[Stored records]
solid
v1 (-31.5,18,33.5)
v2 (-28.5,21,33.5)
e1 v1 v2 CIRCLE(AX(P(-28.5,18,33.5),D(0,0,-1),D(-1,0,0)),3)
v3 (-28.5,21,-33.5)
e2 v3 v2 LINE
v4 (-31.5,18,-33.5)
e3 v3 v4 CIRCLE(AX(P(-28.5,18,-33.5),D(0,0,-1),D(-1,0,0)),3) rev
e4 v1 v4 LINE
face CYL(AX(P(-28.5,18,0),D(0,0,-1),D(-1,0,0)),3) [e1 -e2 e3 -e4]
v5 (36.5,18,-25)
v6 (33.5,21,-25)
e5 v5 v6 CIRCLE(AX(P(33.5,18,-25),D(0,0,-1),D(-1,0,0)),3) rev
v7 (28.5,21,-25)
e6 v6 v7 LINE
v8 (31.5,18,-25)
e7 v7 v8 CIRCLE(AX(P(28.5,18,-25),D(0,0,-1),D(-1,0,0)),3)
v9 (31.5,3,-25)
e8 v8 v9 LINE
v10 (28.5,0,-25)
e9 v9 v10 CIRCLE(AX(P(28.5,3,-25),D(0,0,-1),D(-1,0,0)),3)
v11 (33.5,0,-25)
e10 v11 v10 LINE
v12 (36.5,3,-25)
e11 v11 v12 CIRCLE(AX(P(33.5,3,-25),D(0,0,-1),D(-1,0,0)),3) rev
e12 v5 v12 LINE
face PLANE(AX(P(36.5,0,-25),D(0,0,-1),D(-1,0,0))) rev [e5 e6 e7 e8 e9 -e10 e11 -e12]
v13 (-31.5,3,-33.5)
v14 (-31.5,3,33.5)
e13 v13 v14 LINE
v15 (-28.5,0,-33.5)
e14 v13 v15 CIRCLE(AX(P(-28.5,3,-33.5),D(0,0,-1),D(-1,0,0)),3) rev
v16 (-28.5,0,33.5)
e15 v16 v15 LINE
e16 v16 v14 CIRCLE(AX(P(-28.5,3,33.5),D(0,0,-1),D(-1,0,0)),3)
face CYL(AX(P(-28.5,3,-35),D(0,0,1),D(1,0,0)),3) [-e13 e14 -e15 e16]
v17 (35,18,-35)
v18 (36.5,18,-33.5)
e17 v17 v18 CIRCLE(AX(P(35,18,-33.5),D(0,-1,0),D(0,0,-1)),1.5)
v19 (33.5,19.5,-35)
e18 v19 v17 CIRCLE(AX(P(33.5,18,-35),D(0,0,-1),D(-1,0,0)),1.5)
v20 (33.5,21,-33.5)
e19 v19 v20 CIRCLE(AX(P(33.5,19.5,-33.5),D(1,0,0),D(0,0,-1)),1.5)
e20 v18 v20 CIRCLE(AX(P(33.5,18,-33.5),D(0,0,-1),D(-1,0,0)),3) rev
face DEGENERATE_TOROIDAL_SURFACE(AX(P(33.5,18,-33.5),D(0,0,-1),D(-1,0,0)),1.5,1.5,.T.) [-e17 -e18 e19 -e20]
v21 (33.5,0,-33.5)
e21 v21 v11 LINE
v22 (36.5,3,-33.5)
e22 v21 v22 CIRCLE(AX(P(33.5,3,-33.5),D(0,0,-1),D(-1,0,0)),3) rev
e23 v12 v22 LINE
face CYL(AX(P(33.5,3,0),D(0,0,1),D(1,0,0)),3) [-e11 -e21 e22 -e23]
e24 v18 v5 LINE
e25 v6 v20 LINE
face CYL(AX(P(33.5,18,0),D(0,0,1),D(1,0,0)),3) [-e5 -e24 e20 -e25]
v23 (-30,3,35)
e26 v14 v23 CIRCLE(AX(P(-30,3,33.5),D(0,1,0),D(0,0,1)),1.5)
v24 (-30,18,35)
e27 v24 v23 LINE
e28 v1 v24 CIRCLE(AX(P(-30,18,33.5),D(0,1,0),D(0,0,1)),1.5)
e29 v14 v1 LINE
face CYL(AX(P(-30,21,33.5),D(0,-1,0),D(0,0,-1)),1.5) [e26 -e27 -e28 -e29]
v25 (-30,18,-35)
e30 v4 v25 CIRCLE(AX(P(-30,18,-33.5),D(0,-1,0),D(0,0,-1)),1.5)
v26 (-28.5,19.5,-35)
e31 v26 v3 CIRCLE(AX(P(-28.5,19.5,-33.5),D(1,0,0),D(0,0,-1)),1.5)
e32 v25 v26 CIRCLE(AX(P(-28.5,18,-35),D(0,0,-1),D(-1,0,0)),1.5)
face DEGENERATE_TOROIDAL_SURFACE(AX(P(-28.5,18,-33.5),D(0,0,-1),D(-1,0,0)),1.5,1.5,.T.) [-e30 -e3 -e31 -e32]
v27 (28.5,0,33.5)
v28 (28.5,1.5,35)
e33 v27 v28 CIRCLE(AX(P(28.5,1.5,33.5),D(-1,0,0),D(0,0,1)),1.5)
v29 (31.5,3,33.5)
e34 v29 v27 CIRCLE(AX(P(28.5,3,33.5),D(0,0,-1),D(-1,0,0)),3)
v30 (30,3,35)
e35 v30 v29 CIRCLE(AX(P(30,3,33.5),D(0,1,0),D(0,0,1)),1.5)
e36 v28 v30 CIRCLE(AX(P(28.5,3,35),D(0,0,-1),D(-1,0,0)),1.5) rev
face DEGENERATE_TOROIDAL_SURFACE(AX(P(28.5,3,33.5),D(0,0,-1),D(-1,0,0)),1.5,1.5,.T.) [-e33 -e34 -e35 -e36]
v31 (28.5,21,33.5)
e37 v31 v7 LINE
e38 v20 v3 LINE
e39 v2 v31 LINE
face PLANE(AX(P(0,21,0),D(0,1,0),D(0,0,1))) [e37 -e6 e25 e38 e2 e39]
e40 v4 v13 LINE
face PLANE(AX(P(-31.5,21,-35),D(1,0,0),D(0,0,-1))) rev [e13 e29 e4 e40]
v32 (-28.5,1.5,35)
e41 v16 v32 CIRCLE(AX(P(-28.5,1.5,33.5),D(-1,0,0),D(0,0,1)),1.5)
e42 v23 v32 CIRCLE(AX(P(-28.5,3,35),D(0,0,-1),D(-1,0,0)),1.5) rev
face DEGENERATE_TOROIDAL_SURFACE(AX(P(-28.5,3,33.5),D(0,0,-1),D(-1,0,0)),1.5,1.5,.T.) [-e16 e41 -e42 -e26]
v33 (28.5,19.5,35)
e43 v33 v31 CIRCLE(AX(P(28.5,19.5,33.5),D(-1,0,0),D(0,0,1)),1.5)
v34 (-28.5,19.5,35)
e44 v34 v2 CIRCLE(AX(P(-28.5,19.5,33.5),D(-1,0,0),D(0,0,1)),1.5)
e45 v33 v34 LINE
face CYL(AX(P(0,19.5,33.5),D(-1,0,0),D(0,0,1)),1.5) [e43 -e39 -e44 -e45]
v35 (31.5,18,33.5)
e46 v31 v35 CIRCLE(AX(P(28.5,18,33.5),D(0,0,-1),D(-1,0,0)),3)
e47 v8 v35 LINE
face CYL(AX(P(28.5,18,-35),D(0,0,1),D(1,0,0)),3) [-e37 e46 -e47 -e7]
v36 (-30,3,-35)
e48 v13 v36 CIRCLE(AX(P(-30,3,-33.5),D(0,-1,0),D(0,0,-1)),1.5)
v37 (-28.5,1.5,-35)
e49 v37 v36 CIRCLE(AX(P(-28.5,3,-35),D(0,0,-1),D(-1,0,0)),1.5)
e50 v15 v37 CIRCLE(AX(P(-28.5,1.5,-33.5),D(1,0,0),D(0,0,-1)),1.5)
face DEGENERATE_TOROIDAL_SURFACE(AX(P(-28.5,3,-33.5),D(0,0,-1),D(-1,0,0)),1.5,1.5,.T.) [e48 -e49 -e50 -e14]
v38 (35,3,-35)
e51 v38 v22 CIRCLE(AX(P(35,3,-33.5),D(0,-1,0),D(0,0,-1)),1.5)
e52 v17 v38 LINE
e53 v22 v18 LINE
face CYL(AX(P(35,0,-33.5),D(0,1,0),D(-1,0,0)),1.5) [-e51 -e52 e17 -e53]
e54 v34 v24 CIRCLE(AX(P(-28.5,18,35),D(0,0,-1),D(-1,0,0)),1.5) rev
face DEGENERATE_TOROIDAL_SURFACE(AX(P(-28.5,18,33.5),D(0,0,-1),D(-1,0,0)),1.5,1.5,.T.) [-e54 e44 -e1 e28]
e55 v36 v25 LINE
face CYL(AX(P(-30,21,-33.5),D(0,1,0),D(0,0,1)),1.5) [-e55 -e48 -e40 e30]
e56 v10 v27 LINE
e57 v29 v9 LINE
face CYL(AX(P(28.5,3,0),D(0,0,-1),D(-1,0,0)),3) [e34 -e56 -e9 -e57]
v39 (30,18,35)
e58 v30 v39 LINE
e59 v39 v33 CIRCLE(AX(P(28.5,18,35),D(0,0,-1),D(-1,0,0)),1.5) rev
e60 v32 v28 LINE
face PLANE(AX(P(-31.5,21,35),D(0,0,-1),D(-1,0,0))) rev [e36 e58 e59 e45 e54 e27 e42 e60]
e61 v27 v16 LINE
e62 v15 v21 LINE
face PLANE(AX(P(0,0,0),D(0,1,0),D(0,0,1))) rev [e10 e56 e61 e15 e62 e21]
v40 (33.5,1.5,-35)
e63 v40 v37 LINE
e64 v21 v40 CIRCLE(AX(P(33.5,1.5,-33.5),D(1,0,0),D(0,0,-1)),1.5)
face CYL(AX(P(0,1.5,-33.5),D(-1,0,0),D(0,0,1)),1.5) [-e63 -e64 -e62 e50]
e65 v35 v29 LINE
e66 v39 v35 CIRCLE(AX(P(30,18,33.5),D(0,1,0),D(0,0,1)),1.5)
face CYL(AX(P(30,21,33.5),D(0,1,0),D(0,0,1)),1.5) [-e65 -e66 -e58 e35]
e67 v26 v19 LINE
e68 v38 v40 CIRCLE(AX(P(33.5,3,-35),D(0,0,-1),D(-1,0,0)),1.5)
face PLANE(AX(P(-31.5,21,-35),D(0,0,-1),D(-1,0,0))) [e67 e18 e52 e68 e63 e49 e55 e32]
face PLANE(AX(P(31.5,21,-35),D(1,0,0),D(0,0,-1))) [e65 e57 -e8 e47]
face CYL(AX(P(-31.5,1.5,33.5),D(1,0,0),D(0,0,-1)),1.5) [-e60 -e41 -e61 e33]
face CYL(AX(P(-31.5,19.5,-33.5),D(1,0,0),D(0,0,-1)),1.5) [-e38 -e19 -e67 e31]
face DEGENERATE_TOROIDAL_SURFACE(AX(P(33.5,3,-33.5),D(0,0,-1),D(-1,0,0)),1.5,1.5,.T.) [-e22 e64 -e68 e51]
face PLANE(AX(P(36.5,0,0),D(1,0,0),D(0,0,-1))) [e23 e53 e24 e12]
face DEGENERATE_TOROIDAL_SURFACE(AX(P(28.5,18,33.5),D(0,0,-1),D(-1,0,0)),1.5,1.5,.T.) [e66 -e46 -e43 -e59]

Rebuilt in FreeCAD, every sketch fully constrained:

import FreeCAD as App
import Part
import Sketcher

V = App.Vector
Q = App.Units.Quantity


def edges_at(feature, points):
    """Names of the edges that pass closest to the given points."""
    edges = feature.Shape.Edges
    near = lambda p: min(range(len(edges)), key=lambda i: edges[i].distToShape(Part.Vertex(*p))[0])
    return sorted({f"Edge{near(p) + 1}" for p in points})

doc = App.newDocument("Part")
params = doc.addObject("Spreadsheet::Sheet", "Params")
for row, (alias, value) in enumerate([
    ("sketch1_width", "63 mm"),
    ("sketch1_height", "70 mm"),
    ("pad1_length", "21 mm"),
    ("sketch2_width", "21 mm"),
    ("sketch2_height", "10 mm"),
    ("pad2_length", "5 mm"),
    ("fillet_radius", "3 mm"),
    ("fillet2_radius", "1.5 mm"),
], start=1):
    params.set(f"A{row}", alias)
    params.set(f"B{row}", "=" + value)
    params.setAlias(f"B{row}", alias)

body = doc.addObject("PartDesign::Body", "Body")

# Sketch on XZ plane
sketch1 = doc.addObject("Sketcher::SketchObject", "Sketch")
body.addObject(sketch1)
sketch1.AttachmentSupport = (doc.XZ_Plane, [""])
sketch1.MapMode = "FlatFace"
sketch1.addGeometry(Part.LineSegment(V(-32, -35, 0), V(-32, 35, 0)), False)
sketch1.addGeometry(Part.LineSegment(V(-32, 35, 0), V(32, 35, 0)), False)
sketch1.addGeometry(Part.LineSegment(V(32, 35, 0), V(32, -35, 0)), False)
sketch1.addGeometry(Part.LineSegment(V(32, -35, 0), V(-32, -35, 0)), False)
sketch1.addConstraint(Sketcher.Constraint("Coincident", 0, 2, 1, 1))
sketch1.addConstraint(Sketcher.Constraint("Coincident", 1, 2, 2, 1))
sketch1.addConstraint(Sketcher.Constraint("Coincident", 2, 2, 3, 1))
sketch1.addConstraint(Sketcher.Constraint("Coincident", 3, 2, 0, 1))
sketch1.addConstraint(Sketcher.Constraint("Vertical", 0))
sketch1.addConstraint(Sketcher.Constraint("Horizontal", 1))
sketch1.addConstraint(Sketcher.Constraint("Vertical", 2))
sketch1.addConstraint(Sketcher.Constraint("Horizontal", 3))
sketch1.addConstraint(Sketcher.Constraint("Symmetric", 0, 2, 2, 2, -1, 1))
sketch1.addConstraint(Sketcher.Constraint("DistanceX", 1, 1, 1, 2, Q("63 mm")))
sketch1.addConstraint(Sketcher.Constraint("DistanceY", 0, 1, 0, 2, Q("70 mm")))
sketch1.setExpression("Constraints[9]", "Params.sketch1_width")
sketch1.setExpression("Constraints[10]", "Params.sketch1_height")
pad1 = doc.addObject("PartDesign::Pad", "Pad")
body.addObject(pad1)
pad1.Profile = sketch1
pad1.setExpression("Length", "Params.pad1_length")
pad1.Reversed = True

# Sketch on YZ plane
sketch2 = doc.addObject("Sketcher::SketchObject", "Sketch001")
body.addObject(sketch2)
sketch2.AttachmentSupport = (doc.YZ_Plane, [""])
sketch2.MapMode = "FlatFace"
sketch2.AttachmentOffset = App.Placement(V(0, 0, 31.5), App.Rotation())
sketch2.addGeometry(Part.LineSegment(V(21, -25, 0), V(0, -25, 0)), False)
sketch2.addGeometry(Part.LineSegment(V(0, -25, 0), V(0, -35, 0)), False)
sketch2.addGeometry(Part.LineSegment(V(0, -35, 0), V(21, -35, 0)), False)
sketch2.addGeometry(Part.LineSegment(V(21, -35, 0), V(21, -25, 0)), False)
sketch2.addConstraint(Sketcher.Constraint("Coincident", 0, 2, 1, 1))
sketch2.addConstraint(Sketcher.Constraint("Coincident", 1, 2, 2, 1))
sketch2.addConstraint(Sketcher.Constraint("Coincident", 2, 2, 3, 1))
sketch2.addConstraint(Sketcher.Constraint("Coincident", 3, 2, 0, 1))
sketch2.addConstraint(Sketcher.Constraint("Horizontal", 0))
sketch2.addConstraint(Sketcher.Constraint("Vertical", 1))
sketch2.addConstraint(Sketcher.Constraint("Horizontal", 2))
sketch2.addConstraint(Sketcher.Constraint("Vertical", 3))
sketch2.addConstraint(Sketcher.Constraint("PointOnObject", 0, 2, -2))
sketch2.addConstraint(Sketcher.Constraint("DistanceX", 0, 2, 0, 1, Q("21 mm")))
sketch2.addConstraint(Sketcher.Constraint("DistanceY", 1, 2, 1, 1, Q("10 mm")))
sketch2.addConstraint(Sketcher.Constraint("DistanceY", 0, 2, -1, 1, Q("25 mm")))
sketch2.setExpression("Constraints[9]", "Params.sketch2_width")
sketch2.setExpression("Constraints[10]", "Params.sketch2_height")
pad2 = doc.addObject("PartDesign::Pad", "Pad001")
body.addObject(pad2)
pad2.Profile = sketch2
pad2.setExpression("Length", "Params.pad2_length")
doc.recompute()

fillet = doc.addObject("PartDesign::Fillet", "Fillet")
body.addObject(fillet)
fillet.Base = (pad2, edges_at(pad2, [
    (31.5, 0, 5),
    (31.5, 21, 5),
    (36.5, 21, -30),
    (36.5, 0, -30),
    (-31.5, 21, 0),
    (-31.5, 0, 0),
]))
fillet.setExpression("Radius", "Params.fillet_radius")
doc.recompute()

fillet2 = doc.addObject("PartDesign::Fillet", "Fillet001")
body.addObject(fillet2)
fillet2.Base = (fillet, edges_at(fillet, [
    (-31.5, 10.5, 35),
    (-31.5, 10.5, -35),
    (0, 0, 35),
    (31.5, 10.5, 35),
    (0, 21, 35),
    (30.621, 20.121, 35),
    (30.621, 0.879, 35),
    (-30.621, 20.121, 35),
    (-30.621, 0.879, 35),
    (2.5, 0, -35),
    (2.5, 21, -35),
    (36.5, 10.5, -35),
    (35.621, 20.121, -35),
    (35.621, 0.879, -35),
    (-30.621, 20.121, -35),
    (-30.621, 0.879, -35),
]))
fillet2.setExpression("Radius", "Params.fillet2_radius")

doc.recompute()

**Instructions to follow:**
Transcribe, word for word, the data above from its first line through the line with "v16 (-28.5,0,33.5)", and include nothing else.

**Exercise response:**
solid
v1 (-31.5,18,33.5)
v2 (-28.5,21,33.5)
e1 v1 v2 CIRCLE(AX(P(-28.5,18,33.5),D(0,0,-1),D(-1,0,0)),3)
v3 (-28.5,21,-33.5)
e2 v3 v2 LINE
v4 (-31.5,18,-33.5)
e3 v3 v4 CIRCLE(AX(P(-28.5,18,-33.5),D(0,0,-1),D(-1,0,0)),3) rev
e4 v1 v4 LINE
face CYL(AX(P(-28.5,18,0),D(0,0,-1),D(-1,0,0)),3) [e1 -e2 e3 -e4]
v5 (36.5,18,-25)
v6 (33.5,21,-25)
e5 v5 v6 CIRCLE(AX(P(33.5,18,-25),D(0,0,-1),D(-1,0,0)),3) rev
v7 (28.5,21,-25)
e6 v6 v7 LINE
v8 (31.5,18,-25)
e7 v7 v8 CIRCLE(AX(P(28.5,18,-25),D(0,0,-1),D(-1,0,0)),3)
v9 (31.5,3,-25)
e8 v8 v9 LINE
v10 (28.5,0,-25)
e9 v9 v10 CIRCLE(AX(P(28.5,3,-25),D(0,0,-1),D(-1,0,0)),3)
v11 (33.5,0,-25)
e10 v11 v10 LINE
v12 (36.5,3,-25)
e11 v11 v12 CIRCLE(AX(P(33.5,3,-25),D(0,0,-1),D(-1,0,0)),3) rev
e12 v5 v12 LINE
face PLANE(AX(P(36.5,0,-25),D(0,0,-1),D(-1,0,0))) rev [e5 e6 e7 e8 e9 -e10 e11 -e12]
v13 (-31.5,3,-33.5)
v14 (-31.5,3,33.5)
e13 v13 v14 LINE
v15 (-28.5,0,-33.5)
e14 v13 v15 CIRCLE(AX(P(-28.5,3,-33.5),D(0,0,-1),D(-1,0,0)),3) rev
v16 (-28.5,0,33.5)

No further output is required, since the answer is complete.